However, even with these large agent teams, we were still having to do some sort of special something to help them financially either pay for signs, get out of office leases or do something. And so if you actually look at the numbers, these aren't super -- there's not -- I mean, there is definitely investment going into these things, but they shouldn't fundamentally change our financials in a meaningful way. Jeff, would you agree? You've done more of the analysis.

Jeff Whiteside -- Chief Financial Officer

Yes. I mean, I'd agree. And especially when we're talking about that 50 -- our rev share pool, so that doesn't change the margins at all. And then, there's -- as you mentioned before, there's a lot of these programs that we were doing informally before.

So we don't expect, as we sit here today, any kind of material change in margins going forward. We do expect growth though, right, Leo?

Leo Pareja -- Chief Strategy Officer

Absolutely. I think the part that hasn't been mentioned, but I'll just point it out. The rough environment that's affected everyone's margins in compression and units and transactions can actually be a very interesting time for the smaller independent that's in that tough range of 50 to almost 500 agents where the margins are so tight and they still have the less legacy brick-and-mortar systems. I mean, when Glenn alluded to it, I mean, we have ate a lot of interest in a very large pipeline, which I would say has grown disproportionately into the higher end, right? So as we can manage to convert much larger swaths of independence, that could give us some relief in the headwinds that we're experiencing because 2024 from a transactional unit count, most economists are predicting very similar to 2023 as the interest rate environment is still tough.
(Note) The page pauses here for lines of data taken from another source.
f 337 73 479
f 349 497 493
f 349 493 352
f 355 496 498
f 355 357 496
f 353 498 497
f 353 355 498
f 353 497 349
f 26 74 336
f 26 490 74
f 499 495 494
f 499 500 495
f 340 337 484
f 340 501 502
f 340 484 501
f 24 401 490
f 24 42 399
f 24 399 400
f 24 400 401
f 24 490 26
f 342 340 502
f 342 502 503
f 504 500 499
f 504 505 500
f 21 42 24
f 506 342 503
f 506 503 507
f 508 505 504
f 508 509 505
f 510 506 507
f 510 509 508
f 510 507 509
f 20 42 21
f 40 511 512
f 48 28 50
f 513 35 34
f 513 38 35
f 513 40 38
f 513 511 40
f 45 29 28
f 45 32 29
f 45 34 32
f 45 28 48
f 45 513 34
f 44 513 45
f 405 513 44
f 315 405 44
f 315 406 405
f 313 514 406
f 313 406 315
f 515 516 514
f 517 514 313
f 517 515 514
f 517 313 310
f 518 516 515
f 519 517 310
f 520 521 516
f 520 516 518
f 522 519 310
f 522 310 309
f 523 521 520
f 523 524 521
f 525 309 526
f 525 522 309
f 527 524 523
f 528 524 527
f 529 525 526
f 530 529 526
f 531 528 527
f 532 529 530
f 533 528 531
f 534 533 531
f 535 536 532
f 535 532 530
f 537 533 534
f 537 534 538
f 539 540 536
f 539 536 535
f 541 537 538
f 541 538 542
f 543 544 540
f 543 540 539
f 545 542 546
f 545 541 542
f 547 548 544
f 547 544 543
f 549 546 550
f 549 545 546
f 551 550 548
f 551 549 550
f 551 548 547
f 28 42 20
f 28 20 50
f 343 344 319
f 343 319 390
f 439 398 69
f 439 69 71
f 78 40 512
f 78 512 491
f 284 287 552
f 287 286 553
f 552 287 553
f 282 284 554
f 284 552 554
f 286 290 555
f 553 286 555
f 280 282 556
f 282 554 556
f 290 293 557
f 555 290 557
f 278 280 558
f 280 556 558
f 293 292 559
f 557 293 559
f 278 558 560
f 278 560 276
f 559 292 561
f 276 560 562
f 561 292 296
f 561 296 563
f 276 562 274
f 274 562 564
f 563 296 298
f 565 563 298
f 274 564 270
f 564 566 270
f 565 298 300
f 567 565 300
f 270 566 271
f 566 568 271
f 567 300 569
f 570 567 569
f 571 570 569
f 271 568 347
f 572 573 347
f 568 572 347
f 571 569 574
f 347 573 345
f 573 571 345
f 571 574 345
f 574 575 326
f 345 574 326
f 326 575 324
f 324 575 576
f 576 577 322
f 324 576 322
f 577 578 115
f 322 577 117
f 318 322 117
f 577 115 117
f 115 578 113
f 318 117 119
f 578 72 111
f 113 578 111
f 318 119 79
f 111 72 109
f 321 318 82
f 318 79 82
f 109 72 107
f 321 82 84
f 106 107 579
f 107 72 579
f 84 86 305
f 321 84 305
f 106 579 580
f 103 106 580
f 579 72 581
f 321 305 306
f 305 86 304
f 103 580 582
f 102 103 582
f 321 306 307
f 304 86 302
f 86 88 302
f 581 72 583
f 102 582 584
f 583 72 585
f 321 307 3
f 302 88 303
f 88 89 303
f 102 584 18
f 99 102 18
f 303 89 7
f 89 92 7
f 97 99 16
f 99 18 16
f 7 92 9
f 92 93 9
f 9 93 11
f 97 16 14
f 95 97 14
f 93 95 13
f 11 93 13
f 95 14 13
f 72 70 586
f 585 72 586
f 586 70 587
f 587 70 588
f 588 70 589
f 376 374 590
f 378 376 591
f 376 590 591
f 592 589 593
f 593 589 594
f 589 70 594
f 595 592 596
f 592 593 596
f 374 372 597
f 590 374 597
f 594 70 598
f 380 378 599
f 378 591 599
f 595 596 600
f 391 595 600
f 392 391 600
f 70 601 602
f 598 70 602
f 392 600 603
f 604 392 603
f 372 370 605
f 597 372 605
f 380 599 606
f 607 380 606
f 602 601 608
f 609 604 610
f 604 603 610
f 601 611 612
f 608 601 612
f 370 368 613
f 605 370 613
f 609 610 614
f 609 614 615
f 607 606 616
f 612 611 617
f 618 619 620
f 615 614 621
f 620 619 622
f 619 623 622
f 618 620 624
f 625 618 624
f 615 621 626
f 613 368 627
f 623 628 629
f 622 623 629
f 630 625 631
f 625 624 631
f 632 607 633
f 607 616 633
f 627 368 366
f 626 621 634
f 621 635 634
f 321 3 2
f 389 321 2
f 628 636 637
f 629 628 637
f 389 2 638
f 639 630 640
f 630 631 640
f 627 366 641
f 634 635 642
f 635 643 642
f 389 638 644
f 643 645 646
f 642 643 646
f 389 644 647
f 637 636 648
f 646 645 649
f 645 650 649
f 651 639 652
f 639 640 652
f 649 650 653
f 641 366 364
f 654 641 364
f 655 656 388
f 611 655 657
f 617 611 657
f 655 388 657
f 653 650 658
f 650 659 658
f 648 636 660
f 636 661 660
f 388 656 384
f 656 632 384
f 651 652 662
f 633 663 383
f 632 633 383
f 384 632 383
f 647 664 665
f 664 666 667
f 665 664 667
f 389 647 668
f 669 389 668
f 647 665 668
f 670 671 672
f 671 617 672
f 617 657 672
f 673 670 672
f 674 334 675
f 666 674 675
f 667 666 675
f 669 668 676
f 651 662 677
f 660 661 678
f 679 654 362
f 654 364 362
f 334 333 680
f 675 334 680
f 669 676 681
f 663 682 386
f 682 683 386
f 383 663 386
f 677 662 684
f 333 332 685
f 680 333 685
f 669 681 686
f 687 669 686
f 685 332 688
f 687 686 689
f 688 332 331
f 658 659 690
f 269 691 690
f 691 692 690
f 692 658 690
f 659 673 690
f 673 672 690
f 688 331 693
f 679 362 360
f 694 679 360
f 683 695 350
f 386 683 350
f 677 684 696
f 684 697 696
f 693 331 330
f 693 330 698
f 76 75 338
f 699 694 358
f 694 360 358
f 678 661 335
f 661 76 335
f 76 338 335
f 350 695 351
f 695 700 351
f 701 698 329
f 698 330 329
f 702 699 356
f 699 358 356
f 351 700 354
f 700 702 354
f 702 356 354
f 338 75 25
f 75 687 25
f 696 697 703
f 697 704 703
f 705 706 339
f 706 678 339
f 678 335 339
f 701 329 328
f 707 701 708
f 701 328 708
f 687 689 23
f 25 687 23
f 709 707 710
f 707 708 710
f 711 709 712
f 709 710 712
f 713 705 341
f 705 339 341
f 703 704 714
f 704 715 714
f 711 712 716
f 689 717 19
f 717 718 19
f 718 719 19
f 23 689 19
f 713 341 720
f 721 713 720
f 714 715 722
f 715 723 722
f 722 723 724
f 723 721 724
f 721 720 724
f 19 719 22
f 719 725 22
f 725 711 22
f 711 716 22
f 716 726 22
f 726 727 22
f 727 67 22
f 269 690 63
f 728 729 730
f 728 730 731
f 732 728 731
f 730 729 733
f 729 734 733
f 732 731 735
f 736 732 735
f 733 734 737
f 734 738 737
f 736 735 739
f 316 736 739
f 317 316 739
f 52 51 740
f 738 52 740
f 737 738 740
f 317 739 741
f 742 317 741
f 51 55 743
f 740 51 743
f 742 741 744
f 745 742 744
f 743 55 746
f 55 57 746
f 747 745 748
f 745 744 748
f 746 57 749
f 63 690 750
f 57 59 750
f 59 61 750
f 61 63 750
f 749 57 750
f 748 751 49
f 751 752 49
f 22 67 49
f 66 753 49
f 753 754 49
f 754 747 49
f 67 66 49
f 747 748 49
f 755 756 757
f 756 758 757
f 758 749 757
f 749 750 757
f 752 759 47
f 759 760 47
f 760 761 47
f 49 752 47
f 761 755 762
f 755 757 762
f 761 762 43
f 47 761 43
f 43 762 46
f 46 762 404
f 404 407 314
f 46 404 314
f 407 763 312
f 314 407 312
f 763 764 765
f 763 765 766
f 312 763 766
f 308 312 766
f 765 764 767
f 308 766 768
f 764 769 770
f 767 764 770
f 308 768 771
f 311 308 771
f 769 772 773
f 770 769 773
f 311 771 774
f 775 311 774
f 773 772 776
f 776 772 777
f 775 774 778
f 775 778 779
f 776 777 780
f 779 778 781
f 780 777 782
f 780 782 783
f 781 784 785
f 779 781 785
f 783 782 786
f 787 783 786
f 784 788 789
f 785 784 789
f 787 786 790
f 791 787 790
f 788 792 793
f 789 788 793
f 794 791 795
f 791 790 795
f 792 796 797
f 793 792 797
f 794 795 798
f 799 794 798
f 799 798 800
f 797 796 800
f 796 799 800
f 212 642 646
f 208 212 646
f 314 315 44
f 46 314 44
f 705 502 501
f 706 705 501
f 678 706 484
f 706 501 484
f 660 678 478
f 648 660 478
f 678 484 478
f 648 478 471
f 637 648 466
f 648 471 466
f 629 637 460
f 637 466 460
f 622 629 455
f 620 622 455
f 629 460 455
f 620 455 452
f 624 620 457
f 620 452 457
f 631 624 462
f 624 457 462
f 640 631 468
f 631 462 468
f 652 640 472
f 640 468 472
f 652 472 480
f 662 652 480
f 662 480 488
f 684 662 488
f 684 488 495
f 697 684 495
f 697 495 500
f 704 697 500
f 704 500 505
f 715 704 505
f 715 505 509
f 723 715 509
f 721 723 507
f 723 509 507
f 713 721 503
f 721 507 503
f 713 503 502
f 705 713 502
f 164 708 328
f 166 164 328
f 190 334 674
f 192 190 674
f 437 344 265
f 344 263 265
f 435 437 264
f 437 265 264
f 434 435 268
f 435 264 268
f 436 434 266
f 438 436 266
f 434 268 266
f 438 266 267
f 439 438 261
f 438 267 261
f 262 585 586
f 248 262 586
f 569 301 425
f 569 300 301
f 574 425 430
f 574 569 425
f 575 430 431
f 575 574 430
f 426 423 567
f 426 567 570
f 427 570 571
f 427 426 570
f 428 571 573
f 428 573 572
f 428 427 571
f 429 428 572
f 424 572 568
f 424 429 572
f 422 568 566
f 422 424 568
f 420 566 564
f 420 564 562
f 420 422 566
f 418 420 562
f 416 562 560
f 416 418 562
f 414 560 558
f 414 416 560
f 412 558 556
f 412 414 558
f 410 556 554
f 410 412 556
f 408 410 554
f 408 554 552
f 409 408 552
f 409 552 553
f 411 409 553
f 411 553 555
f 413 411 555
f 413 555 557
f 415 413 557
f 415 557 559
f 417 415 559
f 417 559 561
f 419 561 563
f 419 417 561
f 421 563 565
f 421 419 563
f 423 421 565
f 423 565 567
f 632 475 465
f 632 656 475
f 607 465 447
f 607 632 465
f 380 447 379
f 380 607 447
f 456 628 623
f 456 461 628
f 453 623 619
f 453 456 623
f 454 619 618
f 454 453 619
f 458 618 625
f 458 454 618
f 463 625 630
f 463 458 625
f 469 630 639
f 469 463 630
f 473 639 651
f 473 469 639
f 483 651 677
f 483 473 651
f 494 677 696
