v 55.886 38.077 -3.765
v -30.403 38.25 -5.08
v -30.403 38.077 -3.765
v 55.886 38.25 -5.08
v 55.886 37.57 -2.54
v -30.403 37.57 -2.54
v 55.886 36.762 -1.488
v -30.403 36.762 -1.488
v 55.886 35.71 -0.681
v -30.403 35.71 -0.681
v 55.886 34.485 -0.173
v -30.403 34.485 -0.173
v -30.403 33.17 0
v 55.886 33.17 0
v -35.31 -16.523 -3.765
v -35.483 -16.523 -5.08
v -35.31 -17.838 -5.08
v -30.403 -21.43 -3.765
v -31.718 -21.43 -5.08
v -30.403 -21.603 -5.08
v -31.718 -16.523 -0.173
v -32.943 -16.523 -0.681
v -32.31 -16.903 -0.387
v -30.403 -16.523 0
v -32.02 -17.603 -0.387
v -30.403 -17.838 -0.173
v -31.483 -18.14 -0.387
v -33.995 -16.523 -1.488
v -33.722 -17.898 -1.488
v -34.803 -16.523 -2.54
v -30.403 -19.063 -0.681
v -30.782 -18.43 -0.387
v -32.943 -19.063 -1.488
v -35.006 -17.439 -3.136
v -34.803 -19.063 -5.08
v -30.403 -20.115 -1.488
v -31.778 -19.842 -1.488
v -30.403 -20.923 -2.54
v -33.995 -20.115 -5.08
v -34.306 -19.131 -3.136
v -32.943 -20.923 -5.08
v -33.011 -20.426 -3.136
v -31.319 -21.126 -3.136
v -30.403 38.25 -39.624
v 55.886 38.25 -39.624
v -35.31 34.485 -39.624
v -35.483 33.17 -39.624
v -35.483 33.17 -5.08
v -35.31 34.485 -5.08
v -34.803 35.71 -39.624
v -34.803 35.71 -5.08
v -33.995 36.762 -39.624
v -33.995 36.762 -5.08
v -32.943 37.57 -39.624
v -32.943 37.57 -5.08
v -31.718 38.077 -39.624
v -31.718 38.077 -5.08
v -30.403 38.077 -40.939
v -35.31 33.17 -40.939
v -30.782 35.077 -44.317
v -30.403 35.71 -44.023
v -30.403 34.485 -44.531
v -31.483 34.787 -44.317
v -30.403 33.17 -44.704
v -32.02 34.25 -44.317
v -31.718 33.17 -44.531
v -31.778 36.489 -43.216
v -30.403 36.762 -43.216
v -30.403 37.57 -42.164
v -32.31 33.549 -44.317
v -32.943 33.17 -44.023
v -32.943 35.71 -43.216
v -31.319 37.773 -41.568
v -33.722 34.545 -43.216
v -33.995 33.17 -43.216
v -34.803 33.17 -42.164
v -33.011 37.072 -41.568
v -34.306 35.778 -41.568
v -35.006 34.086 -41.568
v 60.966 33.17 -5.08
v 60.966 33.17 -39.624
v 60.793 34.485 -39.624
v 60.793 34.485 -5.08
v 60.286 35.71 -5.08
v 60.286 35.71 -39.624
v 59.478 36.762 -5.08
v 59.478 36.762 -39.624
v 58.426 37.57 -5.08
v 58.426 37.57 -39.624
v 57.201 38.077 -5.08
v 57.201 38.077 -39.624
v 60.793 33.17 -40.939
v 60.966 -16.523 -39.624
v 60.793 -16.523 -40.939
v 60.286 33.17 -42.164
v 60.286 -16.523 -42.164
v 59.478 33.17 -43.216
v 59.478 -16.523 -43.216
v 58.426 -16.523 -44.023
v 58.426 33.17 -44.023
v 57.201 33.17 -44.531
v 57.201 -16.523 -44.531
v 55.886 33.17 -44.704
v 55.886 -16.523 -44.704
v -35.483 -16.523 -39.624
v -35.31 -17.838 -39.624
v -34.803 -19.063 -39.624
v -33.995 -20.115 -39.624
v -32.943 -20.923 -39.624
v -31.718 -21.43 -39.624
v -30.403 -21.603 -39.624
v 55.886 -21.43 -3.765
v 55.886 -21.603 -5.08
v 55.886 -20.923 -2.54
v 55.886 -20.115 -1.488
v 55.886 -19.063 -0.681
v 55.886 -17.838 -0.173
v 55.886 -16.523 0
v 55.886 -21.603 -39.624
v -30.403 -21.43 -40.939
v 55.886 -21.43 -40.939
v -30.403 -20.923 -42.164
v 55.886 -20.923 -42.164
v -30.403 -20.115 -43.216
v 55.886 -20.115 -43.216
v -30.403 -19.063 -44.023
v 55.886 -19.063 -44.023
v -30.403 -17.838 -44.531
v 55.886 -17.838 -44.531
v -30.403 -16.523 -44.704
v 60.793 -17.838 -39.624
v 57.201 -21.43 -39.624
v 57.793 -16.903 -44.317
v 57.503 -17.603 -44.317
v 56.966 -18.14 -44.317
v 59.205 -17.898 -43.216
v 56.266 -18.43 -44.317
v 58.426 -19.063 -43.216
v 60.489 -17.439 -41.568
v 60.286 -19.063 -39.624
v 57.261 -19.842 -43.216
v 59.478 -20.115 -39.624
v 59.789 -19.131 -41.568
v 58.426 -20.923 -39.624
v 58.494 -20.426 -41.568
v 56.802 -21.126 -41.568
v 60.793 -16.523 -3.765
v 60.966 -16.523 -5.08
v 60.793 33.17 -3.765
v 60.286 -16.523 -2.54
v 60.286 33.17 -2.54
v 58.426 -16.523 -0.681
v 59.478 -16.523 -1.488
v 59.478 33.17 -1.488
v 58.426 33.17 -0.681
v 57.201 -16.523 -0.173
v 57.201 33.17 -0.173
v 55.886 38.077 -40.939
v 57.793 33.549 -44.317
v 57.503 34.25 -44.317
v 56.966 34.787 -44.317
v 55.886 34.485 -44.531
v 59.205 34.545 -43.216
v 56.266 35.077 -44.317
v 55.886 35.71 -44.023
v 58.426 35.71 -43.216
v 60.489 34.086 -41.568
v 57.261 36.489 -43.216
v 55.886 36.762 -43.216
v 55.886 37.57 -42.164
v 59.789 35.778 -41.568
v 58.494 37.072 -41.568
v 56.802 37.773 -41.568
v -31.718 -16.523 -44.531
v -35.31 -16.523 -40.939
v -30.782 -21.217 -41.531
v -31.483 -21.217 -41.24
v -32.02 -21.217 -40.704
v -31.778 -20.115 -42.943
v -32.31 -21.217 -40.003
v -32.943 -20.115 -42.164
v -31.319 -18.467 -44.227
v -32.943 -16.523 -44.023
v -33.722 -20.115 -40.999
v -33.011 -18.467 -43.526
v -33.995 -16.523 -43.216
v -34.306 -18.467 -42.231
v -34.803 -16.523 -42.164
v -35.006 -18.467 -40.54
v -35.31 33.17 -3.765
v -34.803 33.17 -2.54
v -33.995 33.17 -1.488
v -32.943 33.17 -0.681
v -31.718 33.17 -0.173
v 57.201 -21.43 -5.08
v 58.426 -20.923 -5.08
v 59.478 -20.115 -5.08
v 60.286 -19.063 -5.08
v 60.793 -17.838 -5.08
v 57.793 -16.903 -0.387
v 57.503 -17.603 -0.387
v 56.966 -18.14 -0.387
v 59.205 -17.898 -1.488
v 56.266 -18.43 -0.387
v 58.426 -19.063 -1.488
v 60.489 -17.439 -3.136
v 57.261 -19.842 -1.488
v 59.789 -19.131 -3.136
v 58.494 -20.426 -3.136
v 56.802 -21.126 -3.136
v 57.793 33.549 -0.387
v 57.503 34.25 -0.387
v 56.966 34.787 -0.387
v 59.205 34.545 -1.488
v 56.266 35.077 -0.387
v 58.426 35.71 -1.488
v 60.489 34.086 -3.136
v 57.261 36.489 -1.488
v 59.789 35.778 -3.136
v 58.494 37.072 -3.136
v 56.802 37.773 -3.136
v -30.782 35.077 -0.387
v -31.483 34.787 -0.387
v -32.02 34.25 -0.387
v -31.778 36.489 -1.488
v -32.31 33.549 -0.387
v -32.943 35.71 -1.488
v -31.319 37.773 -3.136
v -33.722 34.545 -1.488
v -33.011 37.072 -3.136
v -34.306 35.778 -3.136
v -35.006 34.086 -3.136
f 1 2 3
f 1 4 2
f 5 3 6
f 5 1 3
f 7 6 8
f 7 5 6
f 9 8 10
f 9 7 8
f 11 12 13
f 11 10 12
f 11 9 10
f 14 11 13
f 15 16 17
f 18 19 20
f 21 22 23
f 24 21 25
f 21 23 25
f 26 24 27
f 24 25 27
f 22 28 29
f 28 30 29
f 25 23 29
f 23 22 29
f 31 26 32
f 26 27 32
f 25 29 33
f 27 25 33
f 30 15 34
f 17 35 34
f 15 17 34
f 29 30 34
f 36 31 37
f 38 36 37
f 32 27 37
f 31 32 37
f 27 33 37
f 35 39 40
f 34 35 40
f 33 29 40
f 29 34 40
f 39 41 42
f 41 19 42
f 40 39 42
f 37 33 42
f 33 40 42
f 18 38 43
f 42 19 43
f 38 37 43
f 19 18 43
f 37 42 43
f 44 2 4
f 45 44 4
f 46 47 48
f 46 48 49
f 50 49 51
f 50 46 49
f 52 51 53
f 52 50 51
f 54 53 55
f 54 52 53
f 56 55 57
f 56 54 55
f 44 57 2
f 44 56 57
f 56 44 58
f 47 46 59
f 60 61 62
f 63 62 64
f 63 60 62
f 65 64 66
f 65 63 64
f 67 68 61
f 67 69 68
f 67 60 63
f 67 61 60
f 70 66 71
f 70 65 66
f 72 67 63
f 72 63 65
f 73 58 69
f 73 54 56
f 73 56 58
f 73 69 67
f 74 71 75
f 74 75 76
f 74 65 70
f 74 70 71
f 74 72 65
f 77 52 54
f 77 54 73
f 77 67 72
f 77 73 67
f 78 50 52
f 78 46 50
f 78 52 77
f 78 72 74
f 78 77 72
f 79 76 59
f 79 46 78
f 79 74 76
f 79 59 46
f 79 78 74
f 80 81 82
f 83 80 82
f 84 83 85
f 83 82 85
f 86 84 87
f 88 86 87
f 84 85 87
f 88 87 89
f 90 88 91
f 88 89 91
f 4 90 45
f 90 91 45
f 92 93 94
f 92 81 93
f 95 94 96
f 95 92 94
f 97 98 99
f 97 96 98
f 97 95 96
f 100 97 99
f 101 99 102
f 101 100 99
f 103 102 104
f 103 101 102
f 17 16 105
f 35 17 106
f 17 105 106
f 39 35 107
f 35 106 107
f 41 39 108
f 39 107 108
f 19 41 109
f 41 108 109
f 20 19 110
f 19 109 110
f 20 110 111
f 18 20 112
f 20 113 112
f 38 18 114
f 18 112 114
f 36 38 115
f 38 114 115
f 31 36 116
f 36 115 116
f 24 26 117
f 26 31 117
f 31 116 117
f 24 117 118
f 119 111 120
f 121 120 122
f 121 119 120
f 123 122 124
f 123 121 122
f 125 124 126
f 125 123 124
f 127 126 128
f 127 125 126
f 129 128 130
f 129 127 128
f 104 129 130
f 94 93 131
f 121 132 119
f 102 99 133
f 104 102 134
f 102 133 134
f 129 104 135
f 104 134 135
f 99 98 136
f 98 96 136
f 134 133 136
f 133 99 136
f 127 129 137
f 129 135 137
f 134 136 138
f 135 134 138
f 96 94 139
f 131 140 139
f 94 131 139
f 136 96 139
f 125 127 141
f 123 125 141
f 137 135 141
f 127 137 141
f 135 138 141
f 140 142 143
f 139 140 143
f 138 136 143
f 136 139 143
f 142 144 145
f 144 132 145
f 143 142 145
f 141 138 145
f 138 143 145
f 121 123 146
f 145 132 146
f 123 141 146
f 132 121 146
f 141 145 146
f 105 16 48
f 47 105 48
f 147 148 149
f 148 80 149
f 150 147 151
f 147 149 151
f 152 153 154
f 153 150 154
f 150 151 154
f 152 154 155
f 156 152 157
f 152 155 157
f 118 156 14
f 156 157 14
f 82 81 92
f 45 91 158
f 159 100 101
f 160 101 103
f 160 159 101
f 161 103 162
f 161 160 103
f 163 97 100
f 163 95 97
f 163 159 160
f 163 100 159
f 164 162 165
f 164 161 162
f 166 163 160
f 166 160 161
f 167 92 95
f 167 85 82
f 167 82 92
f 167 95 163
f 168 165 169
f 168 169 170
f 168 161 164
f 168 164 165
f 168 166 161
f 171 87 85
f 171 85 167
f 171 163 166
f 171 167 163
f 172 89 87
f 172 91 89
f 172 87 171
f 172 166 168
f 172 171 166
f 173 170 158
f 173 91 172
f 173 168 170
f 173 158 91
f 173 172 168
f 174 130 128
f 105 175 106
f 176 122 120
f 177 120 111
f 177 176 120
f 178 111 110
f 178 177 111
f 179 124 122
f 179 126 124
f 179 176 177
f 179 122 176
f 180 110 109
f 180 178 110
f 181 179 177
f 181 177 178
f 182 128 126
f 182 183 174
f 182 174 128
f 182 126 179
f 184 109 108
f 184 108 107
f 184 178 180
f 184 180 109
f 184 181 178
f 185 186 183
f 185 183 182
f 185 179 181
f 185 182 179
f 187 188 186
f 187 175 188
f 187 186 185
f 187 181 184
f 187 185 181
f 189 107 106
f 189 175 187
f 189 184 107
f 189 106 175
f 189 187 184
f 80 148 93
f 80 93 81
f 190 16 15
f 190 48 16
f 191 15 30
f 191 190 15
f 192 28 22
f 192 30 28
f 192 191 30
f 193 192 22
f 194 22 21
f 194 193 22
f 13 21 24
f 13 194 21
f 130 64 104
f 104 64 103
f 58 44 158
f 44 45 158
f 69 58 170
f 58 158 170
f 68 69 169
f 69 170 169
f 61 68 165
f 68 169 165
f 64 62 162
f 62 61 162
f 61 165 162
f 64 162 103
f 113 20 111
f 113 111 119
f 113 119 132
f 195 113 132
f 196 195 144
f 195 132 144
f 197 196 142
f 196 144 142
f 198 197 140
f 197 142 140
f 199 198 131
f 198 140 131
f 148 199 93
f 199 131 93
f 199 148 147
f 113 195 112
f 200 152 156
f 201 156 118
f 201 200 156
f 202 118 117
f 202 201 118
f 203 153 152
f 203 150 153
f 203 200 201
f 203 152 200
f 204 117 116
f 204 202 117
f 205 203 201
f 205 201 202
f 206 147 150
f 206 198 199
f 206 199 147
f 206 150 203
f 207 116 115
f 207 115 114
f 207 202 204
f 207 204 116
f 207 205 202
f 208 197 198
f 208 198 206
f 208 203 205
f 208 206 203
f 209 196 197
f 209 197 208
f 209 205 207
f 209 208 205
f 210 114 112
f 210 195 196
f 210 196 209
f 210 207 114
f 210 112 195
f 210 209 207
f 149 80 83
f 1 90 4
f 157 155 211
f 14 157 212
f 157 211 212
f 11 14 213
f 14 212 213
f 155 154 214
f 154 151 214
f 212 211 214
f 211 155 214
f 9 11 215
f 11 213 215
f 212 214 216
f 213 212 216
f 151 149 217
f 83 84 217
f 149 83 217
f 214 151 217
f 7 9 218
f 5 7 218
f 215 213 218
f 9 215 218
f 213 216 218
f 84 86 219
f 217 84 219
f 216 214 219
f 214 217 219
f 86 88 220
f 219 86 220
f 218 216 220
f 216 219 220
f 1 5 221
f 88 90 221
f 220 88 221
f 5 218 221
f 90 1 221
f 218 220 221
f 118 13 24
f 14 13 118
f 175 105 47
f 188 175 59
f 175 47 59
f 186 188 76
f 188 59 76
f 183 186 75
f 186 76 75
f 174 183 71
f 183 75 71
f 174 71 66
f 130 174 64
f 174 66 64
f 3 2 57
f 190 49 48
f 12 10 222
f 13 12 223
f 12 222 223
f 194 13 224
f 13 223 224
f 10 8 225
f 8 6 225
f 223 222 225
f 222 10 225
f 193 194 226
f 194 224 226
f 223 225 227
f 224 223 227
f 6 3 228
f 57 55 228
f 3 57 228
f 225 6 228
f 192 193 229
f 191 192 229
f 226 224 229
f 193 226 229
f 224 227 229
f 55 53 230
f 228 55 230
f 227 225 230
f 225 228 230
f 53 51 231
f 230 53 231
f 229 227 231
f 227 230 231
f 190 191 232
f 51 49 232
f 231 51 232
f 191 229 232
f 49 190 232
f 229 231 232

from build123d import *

# Parameters (mm, degrees)
F0_W     = 96.449501
F0_H     = 59.853412
F1_DEPTH = 44.704
F2_R     = 5.08


with BuildPart() as f1:
    # F0 (on Top) → F1 (new body)
    with BuildSketch(Plane.XY):
        with Locations((12.741569, 8.323435)):
            Rectangle(F0_W, F0_H)
    extrude(amount=-F1_DEPTH)

    # F2
    f2_edges = [f1.edges().sort_by_distance(p)[0] for p in [
        (60.96632, -21.603271, -22.352),
        (60.96632, 38.250141, -22.352),
        (60.96632, 8.323435, 0),
        (60.96632, 8.323435, -44.704),
        (-35.483181, 38.250141, -22.352),
        (12.741569, 38.250141, 0),
        (12.741569, 38.250141, -44.704),
        (-35.483181, 8.323435, -44.704),
        (12.741569, -21.603271, -44.704),
        (-35.483181, -21.603271, -22.352),
        (-35.483181, 8.323435, 0),
        (12.741569, -21.603271, 0),
    ]]
    fillet(f2_edges, radius=F2_R)


solid = f1.part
So the expectation of transaction counts similar to 2023 is there, in a way, gives us a pretty interesting advantage to continue to grow agent count. But as Glenn alluded, even if we were to stay flat, by focusing on the highly productive, we continue to gain market share. And if the wins shift back, which they always do, that'll put us in stronger footing.

Denise Garcia

Great. Thank you. So one question. We've gotten some questions from the audience on Slido, most of which we've answered, although this would be the last question here that we haven't answered directly, which is, can you elaborate on the strategies that eXp Realty is going to capitalize on emerging global real estate and how technology will play a role in shaping the company?

Glenn Sanford -- Founder, Chairman, and Chief Executive Officer

It's hard to understand exactly. I mean, obviously one of the things we look at is that internationally real estate is super fragmented. I alluded to it earlier, and this is why we're pretty excited about homehunter.global is that if we can help make the searching for a home easier for a consumer, then there's a possibility that we can do other interesting things in terms of whether it be getting a mortgage internationally or any number of different things. Bottom line is everything is enabled today, and today's economy is enabled by technology.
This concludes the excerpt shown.